Exercise aim >> Your job is to set down the stretch of entries that opens with the line containing "e23 v6 v12 LINE" and closes with the line containing "e34 v14 v22 LINE". Keep both end lines, copy each exactly, and add nothing.
====== The data ======
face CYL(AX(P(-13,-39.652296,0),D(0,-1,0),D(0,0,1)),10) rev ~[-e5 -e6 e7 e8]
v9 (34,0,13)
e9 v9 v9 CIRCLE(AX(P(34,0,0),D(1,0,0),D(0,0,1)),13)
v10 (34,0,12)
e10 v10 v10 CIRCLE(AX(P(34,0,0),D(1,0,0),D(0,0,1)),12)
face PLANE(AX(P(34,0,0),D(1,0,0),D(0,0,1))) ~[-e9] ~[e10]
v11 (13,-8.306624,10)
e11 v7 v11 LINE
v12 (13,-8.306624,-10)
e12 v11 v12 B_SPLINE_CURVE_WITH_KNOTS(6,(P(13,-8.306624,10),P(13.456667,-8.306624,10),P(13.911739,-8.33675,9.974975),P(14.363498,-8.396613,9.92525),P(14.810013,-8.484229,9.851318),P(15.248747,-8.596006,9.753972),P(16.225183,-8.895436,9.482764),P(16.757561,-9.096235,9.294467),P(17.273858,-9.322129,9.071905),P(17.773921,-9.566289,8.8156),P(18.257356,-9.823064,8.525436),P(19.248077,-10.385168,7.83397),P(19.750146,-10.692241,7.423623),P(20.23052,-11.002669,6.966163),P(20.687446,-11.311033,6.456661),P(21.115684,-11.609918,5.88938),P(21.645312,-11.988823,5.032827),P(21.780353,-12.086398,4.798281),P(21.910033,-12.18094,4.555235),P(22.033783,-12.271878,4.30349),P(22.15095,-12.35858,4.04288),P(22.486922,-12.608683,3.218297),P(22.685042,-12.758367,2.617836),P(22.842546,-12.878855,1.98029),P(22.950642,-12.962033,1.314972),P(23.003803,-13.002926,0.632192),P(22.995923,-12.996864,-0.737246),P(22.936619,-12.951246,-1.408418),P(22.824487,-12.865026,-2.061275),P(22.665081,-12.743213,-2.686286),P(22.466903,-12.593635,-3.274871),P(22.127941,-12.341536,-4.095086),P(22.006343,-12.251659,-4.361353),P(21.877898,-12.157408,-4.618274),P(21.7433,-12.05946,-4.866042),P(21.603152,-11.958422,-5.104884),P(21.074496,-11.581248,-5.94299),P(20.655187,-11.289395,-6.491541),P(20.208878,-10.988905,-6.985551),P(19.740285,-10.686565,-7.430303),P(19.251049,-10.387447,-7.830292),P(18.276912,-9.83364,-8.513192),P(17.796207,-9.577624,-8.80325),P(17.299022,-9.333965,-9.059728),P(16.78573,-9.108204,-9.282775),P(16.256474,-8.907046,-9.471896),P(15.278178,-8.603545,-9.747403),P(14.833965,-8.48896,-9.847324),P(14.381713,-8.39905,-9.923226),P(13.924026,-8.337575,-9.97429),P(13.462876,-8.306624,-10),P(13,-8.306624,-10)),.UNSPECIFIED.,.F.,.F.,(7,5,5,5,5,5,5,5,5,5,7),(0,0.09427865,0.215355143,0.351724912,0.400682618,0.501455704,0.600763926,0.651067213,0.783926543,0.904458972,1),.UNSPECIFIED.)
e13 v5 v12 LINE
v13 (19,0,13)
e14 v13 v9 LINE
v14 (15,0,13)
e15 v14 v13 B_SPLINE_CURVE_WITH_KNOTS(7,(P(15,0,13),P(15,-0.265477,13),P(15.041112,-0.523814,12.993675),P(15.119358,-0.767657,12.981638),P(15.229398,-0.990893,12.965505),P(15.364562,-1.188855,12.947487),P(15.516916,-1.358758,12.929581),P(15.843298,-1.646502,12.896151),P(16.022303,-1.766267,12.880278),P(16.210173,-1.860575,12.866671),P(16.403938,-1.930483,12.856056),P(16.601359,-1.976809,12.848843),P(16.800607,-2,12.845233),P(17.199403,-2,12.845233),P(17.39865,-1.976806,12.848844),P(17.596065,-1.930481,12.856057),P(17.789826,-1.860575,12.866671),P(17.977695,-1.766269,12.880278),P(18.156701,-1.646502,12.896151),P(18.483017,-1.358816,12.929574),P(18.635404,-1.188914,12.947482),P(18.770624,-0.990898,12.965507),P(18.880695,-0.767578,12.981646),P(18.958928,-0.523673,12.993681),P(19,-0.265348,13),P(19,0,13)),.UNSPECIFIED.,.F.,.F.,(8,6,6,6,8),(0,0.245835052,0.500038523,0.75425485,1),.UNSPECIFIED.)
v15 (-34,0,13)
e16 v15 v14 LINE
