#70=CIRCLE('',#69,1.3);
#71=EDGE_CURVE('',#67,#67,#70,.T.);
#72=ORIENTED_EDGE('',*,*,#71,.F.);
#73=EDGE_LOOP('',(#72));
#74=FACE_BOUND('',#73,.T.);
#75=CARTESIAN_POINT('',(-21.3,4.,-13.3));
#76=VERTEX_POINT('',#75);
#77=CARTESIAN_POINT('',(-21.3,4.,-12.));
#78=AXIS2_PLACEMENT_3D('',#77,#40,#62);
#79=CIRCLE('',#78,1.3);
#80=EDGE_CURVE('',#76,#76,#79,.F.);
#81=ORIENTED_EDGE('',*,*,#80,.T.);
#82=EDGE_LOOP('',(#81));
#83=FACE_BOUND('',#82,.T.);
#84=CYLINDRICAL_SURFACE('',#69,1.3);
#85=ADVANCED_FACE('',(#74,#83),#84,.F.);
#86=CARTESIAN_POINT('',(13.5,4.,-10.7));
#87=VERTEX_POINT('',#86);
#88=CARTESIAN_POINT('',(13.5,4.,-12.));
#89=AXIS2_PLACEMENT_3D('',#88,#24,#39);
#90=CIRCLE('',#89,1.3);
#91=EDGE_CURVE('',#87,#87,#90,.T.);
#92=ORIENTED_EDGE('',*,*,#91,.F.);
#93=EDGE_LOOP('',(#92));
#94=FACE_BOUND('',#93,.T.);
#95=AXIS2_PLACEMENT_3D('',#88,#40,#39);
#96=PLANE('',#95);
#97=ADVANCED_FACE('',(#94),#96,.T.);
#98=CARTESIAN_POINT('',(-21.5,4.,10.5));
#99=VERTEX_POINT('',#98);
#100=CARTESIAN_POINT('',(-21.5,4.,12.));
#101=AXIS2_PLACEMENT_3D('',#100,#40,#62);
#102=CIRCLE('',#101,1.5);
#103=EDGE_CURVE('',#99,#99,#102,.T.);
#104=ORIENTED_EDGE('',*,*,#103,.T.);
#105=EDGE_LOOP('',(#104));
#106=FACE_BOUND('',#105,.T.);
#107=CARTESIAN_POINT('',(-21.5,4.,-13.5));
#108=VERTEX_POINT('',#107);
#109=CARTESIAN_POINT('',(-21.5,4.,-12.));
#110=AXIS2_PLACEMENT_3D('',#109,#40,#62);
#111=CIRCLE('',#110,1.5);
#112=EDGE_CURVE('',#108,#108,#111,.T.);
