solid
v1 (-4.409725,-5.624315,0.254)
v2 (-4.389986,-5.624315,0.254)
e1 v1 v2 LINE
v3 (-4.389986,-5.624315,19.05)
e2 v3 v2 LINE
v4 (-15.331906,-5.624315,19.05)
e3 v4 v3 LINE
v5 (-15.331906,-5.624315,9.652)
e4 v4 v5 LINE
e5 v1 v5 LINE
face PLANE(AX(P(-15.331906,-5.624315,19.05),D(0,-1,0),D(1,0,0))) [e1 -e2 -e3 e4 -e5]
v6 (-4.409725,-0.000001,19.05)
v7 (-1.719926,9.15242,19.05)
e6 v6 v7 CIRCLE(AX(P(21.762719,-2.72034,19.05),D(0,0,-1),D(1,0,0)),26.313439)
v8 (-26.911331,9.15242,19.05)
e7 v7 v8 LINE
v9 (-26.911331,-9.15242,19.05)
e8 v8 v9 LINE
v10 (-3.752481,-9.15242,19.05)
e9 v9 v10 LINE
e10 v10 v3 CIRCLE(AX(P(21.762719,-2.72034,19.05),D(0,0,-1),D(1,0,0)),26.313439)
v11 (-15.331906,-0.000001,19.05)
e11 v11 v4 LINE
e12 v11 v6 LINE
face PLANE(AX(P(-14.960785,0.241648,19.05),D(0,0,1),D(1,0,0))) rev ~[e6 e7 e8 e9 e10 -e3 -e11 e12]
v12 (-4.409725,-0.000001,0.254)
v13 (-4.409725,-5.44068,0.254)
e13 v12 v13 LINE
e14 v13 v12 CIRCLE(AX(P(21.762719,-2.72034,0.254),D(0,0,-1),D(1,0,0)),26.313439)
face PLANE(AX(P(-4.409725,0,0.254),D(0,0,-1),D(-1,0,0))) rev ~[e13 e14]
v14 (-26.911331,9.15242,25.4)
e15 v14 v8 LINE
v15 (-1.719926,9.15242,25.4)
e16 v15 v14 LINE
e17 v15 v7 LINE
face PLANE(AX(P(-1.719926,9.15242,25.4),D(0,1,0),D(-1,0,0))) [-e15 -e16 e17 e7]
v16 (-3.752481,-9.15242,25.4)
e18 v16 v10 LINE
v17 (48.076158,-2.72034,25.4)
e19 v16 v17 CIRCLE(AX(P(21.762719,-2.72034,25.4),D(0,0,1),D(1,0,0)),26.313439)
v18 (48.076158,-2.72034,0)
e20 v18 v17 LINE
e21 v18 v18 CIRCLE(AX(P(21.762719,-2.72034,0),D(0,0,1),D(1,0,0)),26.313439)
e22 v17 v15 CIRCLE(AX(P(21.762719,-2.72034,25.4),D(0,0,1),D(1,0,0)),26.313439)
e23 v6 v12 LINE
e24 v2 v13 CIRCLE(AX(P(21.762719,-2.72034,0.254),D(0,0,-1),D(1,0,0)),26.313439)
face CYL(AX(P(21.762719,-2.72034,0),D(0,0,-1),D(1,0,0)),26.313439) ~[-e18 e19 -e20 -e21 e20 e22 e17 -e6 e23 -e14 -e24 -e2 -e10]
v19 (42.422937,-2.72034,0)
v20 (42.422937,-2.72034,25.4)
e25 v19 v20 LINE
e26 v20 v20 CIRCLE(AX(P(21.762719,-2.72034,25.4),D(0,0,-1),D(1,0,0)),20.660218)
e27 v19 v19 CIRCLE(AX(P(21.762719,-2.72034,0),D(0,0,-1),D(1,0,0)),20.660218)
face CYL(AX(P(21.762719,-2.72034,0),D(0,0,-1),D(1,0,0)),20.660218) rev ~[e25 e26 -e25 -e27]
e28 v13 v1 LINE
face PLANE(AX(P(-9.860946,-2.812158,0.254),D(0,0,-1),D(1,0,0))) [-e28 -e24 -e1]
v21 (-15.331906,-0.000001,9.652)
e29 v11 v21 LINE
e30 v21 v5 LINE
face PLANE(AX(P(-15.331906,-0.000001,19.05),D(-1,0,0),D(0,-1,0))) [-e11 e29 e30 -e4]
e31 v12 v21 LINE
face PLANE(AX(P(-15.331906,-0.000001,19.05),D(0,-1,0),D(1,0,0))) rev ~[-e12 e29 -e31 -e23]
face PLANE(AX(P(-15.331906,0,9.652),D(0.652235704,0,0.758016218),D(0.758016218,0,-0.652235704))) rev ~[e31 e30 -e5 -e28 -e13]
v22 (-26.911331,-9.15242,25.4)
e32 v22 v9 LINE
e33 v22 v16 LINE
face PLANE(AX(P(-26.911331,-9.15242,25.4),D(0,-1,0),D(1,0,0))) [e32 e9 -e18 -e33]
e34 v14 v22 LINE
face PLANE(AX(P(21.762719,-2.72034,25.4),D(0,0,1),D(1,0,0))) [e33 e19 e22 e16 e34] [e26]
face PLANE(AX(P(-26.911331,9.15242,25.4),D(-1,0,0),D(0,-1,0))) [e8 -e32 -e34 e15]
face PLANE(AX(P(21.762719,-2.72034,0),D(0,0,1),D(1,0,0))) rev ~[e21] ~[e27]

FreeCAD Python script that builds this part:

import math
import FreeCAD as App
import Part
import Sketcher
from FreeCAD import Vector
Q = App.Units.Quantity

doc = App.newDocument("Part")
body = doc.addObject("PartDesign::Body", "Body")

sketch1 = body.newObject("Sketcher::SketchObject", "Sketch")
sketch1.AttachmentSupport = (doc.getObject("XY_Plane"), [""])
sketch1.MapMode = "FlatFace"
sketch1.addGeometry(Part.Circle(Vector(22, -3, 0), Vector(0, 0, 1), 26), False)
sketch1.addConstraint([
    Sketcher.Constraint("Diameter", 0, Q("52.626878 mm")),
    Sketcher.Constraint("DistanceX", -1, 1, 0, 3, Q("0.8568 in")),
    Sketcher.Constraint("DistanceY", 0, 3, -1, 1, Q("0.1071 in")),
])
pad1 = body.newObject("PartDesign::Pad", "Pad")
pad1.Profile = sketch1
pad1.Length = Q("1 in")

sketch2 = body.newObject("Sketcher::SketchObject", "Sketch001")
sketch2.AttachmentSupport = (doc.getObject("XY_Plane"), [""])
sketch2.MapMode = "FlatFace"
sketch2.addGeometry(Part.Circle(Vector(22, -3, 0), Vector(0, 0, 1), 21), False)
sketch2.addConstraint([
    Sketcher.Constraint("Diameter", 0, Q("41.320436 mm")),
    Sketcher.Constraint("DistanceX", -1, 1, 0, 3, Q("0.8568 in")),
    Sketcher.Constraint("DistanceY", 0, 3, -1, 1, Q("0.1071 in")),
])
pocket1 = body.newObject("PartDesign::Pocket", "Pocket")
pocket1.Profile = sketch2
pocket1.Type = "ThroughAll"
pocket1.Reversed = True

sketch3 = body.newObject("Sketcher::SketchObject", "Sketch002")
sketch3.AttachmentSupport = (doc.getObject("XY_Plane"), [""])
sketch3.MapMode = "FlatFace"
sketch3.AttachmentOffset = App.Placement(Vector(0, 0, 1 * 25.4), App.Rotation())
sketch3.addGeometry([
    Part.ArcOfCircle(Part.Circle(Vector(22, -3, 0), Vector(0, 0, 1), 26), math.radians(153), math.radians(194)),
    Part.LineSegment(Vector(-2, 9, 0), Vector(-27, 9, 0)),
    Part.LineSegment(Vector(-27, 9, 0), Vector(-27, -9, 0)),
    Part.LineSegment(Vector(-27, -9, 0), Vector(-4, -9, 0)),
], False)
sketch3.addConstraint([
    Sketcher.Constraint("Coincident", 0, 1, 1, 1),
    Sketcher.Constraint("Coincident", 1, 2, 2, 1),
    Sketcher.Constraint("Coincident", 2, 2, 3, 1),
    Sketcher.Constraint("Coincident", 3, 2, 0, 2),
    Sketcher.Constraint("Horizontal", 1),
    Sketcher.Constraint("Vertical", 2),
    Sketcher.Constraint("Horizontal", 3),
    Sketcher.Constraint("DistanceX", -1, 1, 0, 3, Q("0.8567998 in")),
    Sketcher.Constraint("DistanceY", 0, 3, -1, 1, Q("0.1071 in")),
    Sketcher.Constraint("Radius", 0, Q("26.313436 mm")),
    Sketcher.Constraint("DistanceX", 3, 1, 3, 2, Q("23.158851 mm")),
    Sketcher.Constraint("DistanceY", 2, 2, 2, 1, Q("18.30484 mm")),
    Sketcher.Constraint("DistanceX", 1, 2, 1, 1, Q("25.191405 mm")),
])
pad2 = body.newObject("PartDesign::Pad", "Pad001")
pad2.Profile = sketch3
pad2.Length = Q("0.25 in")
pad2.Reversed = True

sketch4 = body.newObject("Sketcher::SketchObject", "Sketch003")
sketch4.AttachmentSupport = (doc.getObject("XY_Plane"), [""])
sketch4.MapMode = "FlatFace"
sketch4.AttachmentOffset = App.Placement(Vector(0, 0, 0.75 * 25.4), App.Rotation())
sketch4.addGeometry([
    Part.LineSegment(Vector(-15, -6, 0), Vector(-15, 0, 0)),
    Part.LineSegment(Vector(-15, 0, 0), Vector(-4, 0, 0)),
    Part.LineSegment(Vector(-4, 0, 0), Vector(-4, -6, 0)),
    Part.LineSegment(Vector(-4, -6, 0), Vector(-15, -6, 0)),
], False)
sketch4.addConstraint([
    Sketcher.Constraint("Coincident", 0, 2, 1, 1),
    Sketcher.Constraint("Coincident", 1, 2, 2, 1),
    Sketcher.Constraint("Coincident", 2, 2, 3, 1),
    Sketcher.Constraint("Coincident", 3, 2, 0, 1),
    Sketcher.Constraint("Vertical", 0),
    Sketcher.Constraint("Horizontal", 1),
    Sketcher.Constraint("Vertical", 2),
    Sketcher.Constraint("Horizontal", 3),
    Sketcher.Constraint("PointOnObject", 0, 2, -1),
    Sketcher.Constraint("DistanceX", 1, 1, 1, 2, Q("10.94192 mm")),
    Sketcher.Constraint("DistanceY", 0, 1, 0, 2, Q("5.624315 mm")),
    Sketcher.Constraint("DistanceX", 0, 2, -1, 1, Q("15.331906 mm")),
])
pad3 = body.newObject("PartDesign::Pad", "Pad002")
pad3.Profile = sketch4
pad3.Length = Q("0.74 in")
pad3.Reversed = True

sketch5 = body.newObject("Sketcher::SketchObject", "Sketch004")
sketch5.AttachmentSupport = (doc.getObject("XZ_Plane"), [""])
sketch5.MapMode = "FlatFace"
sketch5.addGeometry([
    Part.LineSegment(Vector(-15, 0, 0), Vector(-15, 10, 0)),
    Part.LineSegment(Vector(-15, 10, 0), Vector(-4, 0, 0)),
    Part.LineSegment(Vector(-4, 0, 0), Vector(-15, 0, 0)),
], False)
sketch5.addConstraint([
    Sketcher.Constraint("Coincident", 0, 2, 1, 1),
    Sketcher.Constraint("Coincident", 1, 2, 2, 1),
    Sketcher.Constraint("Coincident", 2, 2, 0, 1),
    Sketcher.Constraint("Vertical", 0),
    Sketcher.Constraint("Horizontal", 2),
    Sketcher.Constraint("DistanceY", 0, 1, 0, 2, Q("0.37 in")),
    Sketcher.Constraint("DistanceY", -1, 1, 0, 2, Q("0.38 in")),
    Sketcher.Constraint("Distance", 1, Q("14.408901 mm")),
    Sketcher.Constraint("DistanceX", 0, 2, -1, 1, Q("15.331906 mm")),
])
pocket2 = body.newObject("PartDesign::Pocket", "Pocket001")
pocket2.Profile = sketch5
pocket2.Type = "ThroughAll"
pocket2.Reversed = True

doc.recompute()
======
Expected answer >>
e23 v6 v12 LINE
e24 v2 v13 CIRCLE(AX(P(21.762719,-2.72034,0.254),D(0,0,-1),D(1,0,0)),26.313439)
face CYL(AX(P(21.762719,-2.72034,0),D(0,0,-1),D(1,0,0)),26.313439) ~[-e18 e19 -e20 -e21 e20 e22 e17 -e6 e23 -e14 -e24 -e2 -e10]
v19 (42.422937,-2.72034,0)
v20 (42.422937,-2.72034,25.4)
e25 v19 v20 LINE
e26 v20 v20 CIRCLE(AX(P(21.762719,-2.72034,25.4),D(0,0,-1),D(1,0,0)),20.660218)
e27 v19 v19 CIRCLE(AX(P(21.762719,-2.72034,0),D(0,0,-1),D(1,0,0)),20.660218)
face CYL(AX(P(21.762719,-2.72034,0),D(0,0,-1),D(1,0,0)),20.660218) rev ~[e25 e26 -e25 -e27]
e28 v13 v1 LINE
face PLANE(AX(P(-9.860946,-2.812158,0.254),D(0,0,-1),D(1,0,0))) [-e28 -e24 -e1]
v21 (-15.331906,-0.000001,9.652)
e29 v11 v21 LINE
e30 v21 v5 LINE
face PLANE(AX(P(-15.331906,-0.000001,19.05),D(-1,0,0),D(0,-1,0))) [-e11 e29 e30 -e4]
e31 v12 v21 LINE
face PLANE(AX(P(-15.331906,-0.000001,19.05),D(0,-1,0),D(1,0,0))) rev ~[-e12 e29 -e31 -e23]
face PLANE(AX(P(-15.331906,0,9.652),D(0.652235704,0,0.758016218),D(0.758016218,0,-0.652235704))) rev ~[e31 e30 -e5 -e28 -e13]
v22 (-26.911331,-9.15242,25.4)
e32 v22 v9 LINE
e33 v22 v16 LINE
face PLANE(AX(P(-26.911331,-9.15242,25.4),D(0,-1,0),D(1,0,0))) [e32 e9 -e18 -e33]
e34 v14 v22 LINE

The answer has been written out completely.